Tonight at 6pm in Burcei, in the context of the Feast of Santa Barbara which has been taking place for a few days, historical research will be presented on the country's soldiers who ended up in Nazi concentration camps during the Second World War. A job that the children of Third B of the middle school and their teacher Michela Orgiana carried out outside school hours in   collaboration with the municipal library, the ANPI section, the members of the "Isidoro Frigau" section.

The girls and boys of the Burcei school (Chiara Rosa Saddi, Sofia Zuncheddu, Federico Lorrai, Hanaah Tarik, Lorenzo Mucelli, Andrea Puliga, Daniele Serra, Gloria Saddi and Aurora Cinus), have processed the military files of the soldiers of the Royal Army: Giovanni Campus (born 1921), Luigi Frigau (born 1920), Diodato Muccelli (born 1920), Efisio Lussu (born 1921), of the Regia Marina Raffaele Cardia (born 1924) and of the Royal Guardia di Finanza: Agostino Surcis (born 1919) and Giovanni Zuncheddu (born in 1922), granted by the State Archives of Cagliari and by their families as well as the online files of the LeBi database (IMI biographical lexicon), summarizing their military events before and after 8 September 1943 and the vicissitudes that led to internment in the Nazi concentration camps of the Third Reich and forced labor under the surveillance of the Wehrmacht.

Among Burcei's soldiers, Raffaele Cardia died on 20 February 1944 in Guben in Germany, (today Gubin in Poland). His remains are buried in the Bielany crest (Warsaw). Agostino Surcis died in the Wittlich sanatorium, Marie Grünewald, on 31 August 1945. He is buried in the Italian Military Cemetery of Honor in Frankfurt am Main. The others returned to Burcei in 1945, after the liberation of the internment camps by the British, American and Soviet armies. Some old women remember their return. The whole town came to meet them. It was a great joy: Burcei was convinced that they were dead since there had been no news about them for some time.

The story is known. The Italian soldiers, captured and disarmed by the former German allies after the armistice, were crammed into cattle cars, transported to the territory of the Third Reich, interned in concentration camps and forced to work in German companies (mines, chemical and war factories, farms , shipyards, heavy and light mechanical workshops); Hitler himself coined the name IMI (Italian military internees) for them so as to circumvent the ban on forced labor enshrined in the Geneva Convention for prisoners of war, thus also depriving them of the assistance of the International Red Cross.

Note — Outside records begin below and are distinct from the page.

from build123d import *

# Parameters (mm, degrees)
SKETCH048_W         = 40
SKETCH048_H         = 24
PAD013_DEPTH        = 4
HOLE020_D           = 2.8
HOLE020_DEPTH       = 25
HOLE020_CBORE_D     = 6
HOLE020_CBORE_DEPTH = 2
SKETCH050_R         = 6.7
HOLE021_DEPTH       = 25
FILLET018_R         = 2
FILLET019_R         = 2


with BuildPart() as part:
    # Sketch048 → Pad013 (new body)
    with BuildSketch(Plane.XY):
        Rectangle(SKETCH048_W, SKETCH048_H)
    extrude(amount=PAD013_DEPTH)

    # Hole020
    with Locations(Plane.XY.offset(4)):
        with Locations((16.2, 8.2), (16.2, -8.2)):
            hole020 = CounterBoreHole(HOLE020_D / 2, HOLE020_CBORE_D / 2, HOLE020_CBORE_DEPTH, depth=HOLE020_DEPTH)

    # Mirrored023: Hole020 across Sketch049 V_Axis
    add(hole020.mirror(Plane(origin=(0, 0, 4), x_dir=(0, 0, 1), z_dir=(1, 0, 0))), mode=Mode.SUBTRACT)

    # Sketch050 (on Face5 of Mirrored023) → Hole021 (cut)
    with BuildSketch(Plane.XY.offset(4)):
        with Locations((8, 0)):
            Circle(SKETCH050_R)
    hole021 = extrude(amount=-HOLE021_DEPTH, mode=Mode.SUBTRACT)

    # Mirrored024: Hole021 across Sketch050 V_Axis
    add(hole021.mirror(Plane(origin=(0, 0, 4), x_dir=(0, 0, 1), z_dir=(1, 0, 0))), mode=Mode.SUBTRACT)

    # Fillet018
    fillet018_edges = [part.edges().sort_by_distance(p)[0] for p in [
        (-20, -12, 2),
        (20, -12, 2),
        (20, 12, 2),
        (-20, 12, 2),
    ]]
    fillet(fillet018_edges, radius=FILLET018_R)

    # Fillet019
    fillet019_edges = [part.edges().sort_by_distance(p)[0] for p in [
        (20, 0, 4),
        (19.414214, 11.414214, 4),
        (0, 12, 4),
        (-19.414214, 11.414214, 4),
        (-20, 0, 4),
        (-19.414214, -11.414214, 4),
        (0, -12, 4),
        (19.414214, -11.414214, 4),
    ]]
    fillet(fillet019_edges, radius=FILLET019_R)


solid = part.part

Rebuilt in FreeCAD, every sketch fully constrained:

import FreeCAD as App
import Part
import Sketcher

V = App.Vector
Q = App.Units.Quantity


def edges_at(feature, points):
    """Names of the edges that pass closest to the given points."""
    edges = feature.Shape.Edges
    near = lambda p: min(range(len(edges)), key=lambda i: edges[i].distToShape(Part.Vertex(*p))[0])
    return sorted({f"Edge{near(p) + 1}" for p in points})

doc = App.newDocument("Part")
body = doc.addObject("PartDesign::Body", "Body")

sketch1 = doc.addObject("Sketcher::SketchObject", "Sketch")
body.addObject(sketch1)
sketch1.AttachmentSupport = (doc.XY_Plane, [""])
sketch1.MapMode = "FlatFace"
sketch1.addGeometry([
    Part.LineSegment(V(-20, 12, 0), V(-20, -12, 0)),
    Part.LineSegment(V(-20, -12, 0), V(20, -12, 0)),
    Part.LineSegment(V(20, -12, 0), V(20, 12, 0)),
    Part.LineSegment(V(20, 12, 0), V(-20, 12, 0)),
], False)
sketch1.addConstraint([
    Sketcher.Constraint("Coincident", 0, 2, 1, 1),
    Sketcher.Constraint("Coincident", 1, 2, 2, 1),
    Sketcher.Constraint("Coincident", 2, 2, 3, 1),
    Sketcher.Constraint("Coincident", 3, 2, 0, 1),
    Sketcher.Constraint("Vertical", 0),
    Sketcher.Constraint("Horizontal", 1),
    Sketcher.Constraint("Vertical", 2),
    Sketcher.Constraint("Horizontal", 3),
    Sketcher.Constraint("Symmetric", 0, 2, 2, 2, -1, 1),
    Sketcher.Constraint("DistanceX", 1, 1, 1, 2, Q("40 mm")),
    Sketcher.Constraint("DistanceY", 0, 2, 0, 1, Q("24 mm")),
])
pad1 = doc.addObject("PartDesign::Pad", "Pad")
body.addObject(pad1)
pad1.Profile = sketch1
pad1.Length = 4

sketch2 = doc.addObject("Sketcher::SketchObject", "Sketch001")
body.addObject(sketch2)
sketch2.AttachmentSupport = (doc.XY_Plane, [""])
sketch2.MapMode = "FlatFace"
sketch2.AttachmentOffset = App.Placement(V(0, 0, 4), App.Rotation())
sketch2.addGeometry([
    Part.Circle(V(16.2, 8.2, 0), V(0, 0, 1), 1.4),
    Part.Circle(V(16.2, -8.2, 0), V(0, 0, 1), 1.4),
], False)
sketch2.addConstraint([
    Sketcher.Constraint("Equal", 0, 1),
    Sketcher.Constraint("Symmetric", 0, 3, 1, 3, -1),
    Sketcher.Constraint("Diameter", 0, Q("2.8 mm")),
    Sketcher.Constraint("DistanceX", -1, 1, 0, 3, Q("16.2 mm")),
    Sketcher.Constraint("DistanceY", -1, 1, 0, 3, Q("8.2 mm")),
])
doc.recompute()
hole = doc.addObject("PartDesign::Hole", "Hole")
body.addObject(hole)
hole.Profile = sketch2
hole.ThreadType = "None"
hole.Diameter = 2.8
hole.DepthType = "Dimension"
hole.Depth = 25
hole.DrillPoint = "Flat"
hole.HoleCutType = "Counterbore"
hole.HoleCutDiameter = 6
hole.HoleCutDepth = 2
doc.recompute()

mirrored = doc.addObject("PartDesign::Mirrored", "Mirrored")
body.addObject(mirrored)
mirrored.Originals = [hole]
mirrored.MirrorPlane = (doc.YZ_Plane, [""])
body.Tip = mirrored

sketch3 = doc.addObject("Sketcher::SketchObject", "Sketch002")
body.addObject(sketch3)
sketch3.AttachmentSupport = (doc.XY_Plane, [""])
sketch3.MapMode = "FlatFace"
sketch3.AttachmentOffset = App.Placement(V(0, 0, 4), App.Rotation())
sketch3.addGeometry(Part.Circle(V(8, 0, 0), V(0, 0, 1), 6.7), False)
sketch3.addConstraint([
    Sketcher.Constraint("PointOnObject", 0, 3, -1),
    Sketcher.Constraint("Diameter", 0, Q("13.4 mm")),
    Sketcher.Constraint("DistanceX", -1, 1, 0, 3, Q("8 mm")),
])
pocket1 = doc.addObject("PartDesign::Pocket", "Pocket")
body.addObject(pocket1)
pocket1.Profile = sketch3
pocket1.Length = 25
doc.recompute()

mirrored2 = doc.addObject("PartDesign::Mirrored", "Mirrored001")
body.addObject(mirrored2)
mirrored2.Originals = [pocket1]
mirrored2.MirrorPlane = (doc.YZ_Plane, [""])
body.Tip = mirrored2
doc.recompute()

fillet = doc.addObject("PartDesign::Fillet", "Fillet")
body.addObject(fillet)
fillet.Base = (mirrored2, edges_at(mirrored2, [
    (-20, -12, 2),
    (20, -12, 2),
    (20, 12, 2),
    (-20, 12, 2),
]))
fillet.Radius = 2
doc.recompute()

fillet2 = doc.addObject("PartDesign::Fillet", "Fillet001")
body.addObject(fillet2)
fillet2.Base = (fillet, edges_at(fillet, [
    (20, 0, 4),
    (19.414, 11.414, 4),
    (0, 12, 4),
    (-19.414, 11.414, 4),
    (-20, 0, 4),
    (-19.414, -11.414, 4),
    (0, -12, 4),
    (19.414, -11.414, 4),
]))
fillet2.Radius = 2

doc.recompute()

In the hierarchy of the concentration camps, the Soviets were treated like animals, the Italians came immediately after.

Poorly dressed, malnourished, crammed into wooden shacks with precarious roofs, freezing in winter and suffocating in summer also due to the proliferation of parasites that covered the ceilings, subject to violence and abuse of all kinds, without medical assistance and adequate sanitation , forced to work twelve to fifteen hours a day, spent twenty months in Nazi concentration camps, without being able to communicate with the families who believed them dead.

No refusal could be made to forced labor without incurring very harsh and severe punishments; there was no shortage of interventions with weapons by the guard staff.

For a mass of men tired of the war, dejected and demoralized and above all malnourished, the deprivation of food was the worst punishment implemented by companies to force them to work.

For work lasting seventy-two hours or more per week, including Sundays, they received a salary equivalent to one third of the wages of a German worker, after deductions for room and board and taxes.